ＳＥＭ内クリープ疲労試験による微視的損傷過程の連続観察

Abstract

Creep-fatigue damage occurs gradually in high temperature components and structures. It is necessary to clarify the micro-damage evolution mechanism under creep-fatigue conditions for the quantitative evaluation of creep-fatigue damage in local portions of the components. In order to examine the relation between damage evolution and change of microstructure, such as creep cavities and surface microcracks, strain controlled creep-fatigue tests were performed and interrupted at several damage levels. The creep-fatigue tests were also performed under a low stress level by the high temperature fatigue machine combined with a scanning electron microscope (SEM), and the microcrack initiation and growth behavior were continuously observed by the SEM during the tests.It was found that even though many cavities were initiated and grew at the internal grain boundaries of the specimens during the strain controlled creep-fatigue tests, the failure life was governed by the propagation of surface cracks.
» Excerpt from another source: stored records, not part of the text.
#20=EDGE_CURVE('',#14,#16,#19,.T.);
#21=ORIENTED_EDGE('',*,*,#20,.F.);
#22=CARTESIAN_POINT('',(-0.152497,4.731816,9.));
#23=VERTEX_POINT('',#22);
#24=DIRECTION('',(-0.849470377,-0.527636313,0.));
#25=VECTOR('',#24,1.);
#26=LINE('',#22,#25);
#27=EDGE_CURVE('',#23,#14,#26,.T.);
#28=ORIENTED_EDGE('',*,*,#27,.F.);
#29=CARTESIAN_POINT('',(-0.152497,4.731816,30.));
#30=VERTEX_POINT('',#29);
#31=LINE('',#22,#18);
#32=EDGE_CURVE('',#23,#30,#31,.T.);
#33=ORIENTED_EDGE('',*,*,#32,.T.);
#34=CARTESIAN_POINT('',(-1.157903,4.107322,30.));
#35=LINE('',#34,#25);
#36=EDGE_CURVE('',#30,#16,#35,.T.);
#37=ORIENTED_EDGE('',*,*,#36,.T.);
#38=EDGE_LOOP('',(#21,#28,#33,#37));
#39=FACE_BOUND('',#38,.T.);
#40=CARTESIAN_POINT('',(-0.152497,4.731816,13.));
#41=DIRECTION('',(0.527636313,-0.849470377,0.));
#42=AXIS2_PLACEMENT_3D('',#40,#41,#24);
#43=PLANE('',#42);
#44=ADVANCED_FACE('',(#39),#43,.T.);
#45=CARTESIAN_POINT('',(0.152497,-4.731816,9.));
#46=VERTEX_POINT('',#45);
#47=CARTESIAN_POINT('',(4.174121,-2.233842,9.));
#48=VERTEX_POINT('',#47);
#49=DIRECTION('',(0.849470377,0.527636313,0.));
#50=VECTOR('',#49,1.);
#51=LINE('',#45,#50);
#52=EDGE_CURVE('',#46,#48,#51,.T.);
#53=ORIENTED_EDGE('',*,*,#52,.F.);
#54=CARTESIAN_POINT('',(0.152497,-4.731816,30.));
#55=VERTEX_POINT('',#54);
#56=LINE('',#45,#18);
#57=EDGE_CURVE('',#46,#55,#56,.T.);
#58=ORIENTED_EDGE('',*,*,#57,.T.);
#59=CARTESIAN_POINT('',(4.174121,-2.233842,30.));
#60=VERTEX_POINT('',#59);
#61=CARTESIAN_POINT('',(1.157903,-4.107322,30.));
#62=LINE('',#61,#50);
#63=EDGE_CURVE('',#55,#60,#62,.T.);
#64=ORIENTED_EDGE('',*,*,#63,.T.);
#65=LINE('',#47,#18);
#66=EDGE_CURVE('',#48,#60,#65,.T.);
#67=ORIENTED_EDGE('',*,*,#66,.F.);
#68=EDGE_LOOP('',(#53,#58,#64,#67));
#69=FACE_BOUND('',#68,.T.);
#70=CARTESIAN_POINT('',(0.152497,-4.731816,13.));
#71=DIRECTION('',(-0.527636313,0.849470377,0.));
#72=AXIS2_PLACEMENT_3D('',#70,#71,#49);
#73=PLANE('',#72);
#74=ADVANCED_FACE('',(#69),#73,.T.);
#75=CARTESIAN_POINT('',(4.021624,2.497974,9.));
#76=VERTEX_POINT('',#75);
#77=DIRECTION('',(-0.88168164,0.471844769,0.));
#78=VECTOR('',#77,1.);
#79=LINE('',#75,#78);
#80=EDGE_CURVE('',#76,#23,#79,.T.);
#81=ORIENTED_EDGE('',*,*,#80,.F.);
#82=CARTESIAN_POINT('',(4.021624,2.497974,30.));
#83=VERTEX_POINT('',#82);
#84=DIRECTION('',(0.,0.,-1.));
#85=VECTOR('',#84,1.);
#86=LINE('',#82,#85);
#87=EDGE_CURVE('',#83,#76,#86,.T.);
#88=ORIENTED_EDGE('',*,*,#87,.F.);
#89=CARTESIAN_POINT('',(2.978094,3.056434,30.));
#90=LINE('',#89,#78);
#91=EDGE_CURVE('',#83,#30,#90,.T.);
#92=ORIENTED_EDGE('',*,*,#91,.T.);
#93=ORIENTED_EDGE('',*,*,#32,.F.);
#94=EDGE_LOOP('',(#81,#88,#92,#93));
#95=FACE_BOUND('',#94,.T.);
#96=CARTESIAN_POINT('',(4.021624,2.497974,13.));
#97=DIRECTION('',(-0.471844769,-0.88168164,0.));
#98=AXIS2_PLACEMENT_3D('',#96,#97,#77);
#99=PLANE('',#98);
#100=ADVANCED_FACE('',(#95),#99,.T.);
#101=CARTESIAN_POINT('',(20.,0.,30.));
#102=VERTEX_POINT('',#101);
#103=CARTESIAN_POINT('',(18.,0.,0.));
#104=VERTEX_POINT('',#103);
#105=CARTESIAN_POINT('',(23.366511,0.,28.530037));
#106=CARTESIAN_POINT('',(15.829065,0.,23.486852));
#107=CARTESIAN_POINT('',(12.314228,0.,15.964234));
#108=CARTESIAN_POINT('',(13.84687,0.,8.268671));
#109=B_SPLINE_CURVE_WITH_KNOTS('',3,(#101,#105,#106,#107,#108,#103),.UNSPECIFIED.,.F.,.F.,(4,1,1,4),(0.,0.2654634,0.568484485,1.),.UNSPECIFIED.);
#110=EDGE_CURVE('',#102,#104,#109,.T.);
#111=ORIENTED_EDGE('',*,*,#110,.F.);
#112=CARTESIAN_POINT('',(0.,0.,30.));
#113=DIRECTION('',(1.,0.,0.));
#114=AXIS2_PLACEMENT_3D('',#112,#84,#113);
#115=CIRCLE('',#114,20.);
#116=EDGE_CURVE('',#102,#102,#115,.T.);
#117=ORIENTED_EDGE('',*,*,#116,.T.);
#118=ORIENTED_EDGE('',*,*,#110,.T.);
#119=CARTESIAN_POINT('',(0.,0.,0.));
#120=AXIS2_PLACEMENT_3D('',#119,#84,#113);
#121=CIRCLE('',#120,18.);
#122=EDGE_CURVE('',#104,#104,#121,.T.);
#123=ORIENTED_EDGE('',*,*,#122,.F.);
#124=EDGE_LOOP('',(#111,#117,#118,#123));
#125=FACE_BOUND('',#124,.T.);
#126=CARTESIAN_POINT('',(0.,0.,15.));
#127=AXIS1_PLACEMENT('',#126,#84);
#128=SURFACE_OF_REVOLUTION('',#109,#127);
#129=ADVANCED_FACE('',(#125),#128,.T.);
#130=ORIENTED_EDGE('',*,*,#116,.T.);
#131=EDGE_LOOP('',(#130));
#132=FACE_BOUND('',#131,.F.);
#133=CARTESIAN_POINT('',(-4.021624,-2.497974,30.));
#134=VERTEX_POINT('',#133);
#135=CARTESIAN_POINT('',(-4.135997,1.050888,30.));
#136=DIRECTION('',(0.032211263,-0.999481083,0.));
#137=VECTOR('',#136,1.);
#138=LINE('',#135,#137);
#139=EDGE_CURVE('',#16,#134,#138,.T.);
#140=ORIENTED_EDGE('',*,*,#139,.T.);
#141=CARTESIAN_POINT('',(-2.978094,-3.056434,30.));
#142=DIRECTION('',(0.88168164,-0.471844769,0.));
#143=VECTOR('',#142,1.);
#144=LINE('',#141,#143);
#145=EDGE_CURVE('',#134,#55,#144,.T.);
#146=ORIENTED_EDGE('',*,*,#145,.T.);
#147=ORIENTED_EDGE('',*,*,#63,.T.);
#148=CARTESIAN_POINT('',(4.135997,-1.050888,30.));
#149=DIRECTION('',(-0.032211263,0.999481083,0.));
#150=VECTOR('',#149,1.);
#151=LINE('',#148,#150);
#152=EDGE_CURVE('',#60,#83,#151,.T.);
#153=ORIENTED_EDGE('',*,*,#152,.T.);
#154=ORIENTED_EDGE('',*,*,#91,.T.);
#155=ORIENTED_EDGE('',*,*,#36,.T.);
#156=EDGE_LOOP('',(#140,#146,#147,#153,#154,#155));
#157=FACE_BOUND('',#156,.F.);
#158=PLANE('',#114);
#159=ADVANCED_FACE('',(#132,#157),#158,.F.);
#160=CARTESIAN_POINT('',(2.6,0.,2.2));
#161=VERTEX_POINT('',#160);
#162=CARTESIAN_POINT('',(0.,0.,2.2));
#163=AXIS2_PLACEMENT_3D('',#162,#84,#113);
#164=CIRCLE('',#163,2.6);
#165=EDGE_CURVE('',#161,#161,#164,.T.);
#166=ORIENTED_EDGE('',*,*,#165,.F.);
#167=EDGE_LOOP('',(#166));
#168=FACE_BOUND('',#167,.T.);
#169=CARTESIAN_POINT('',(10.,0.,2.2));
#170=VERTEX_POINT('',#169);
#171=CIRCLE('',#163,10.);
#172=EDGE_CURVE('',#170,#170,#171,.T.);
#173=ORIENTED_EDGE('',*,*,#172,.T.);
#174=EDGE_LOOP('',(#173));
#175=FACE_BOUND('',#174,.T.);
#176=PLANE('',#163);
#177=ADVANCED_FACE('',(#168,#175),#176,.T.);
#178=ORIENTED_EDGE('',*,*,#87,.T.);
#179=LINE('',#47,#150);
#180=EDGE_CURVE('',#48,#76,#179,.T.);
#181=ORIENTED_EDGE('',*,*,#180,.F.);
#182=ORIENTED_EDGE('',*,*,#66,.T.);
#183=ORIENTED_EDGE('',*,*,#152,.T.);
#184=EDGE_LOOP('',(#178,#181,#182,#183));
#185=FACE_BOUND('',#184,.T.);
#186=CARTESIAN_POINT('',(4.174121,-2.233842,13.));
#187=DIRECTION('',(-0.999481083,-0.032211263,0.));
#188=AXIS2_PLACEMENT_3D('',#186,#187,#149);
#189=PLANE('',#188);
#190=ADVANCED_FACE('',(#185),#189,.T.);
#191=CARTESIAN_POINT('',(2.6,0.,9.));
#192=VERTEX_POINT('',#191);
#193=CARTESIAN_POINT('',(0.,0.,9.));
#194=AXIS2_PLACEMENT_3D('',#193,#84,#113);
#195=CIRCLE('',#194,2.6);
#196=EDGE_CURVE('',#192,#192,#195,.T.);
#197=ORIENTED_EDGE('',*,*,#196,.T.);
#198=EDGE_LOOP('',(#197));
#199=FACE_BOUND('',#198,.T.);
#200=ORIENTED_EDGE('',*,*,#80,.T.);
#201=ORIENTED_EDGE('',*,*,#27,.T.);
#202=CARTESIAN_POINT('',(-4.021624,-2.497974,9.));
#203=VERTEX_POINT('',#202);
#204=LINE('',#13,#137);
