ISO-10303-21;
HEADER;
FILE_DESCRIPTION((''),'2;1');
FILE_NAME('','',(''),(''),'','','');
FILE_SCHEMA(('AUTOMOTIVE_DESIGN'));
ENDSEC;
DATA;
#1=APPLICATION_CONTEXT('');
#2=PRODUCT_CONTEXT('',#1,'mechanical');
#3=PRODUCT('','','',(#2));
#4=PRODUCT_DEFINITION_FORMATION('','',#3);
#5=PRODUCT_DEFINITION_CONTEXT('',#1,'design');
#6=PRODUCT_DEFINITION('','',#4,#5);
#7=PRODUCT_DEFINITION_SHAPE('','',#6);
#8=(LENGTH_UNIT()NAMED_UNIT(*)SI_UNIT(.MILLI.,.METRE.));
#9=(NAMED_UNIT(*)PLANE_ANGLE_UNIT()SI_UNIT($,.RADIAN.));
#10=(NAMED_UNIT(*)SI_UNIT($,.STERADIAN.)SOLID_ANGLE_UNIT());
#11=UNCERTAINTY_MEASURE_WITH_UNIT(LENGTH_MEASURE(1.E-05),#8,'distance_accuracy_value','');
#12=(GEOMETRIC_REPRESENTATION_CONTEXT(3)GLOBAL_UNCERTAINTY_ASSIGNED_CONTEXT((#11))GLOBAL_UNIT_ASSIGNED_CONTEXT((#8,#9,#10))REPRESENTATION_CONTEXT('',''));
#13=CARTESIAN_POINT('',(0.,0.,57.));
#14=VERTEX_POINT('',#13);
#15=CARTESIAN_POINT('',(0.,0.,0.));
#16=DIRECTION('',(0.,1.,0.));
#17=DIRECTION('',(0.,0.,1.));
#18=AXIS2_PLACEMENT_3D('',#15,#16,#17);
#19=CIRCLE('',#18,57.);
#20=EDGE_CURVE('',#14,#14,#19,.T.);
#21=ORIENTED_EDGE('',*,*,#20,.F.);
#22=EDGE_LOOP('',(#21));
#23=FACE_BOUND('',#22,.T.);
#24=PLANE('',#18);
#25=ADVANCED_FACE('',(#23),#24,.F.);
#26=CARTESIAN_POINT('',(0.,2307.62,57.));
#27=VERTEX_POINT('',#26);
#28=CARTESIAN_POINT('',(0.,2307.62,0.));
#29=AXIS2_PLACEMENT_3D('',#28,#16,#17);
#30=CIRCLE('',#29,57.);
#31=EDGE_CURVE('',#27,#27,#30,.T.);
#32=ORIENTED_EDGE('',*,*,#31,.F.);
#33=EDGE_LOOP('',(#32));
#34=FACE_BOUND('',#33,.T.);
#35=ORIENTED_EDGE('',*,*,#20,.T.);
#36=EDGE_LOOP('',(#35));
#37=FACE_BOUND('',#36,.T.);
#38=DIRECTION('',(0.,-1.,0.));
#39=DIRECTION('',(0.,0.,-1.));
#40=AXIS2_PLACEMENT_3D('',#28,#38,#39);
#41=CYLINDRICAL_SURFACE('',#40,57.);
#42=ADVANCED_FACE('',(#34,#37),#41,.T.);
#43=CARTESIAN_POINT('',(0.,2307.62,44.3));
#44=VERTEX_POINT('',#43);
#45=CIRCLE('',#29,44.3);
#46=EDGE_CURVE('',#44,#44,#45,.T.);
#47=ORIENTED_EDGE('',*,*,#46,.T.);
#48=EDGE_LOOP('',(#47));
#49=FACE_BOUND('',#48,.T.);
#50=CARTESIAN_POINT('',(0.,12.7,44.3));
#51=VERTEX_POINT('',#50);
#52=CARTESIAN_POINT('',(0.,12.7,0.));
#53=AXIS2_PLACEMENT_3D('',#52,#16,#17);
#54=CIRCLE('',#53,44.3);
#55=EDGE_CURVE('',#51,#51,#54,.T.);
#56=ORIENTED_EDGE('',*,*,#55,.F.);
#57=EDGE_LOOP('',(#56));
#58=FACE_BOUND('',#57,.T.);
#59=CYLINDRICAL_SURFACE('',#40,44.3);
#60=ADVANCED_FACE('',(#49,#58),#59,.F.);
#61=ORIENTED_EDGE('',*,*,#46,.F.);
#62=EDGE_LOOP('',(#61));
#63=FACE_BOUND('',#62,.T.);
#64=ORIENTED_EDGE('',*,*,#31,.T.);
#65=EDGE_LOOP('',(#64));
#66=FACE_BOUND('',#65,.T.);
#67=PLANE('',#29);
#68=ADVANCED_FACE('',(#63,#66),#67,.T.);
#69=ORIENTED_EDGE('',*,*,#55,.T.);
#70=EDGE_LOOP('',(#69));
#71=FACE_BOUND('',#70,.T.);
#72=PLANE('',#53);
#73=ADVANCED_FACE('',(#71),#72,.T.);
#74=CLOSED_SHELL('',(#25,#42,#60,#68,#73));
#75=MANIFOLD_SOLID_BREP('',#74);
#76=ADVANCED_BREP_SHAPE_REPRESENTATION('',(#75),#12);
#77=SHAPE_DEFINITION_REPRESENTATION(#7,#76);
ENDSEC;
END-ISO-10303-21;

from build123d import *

# Parameters (mm, degrees)
SKETCH1_R           = 57
BOSS_EXTRUDE1_DEPTH = 2307.62
SHELL1_T            = -12.7


with BuildPart() as part:
    # Sketch1 → Boss-Extrude1 (new body)
    with BuildSketch(Plane(origin=(0, 0, 0), x_dir=(1, 0, 0), z_dir=(0, 1, 0))):
        with Locations(Location((0, 0, 0), (0, 0, 270))):
            Circle(SKETCH1_R)
    extrude(amount=BOSS_EXTRUDE1_DEPTH)

    # Shell1
    shell1_openings = [part.faces().sort_by_distance(p)[0] for p in [
        (0, 2307.62, 0),
    ]]
    offset(amount=SHELL1_T, openings=shell1_openings, kind=Kind.INTERSECTION)


solid = part.part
On the other hand, microcracks of about one grain size order initiated mainly on the grain boundaries normal to the loading axis under low stress creep-fatigue, and the crack propagation rate of the microcracks was slow and at random by the influence of microstructure. The microcracks gradually opened to the loading direction with increasing number of cycles and coalescening occurred to grow. From the experiments, the creep-fatigue damage extension mechanism was divided into the Fc type, where the main cracks on the surface propagated through damaged grain boundaries, and Cf type, where damage evolution was characterized by opening and coalescening of the microcracks.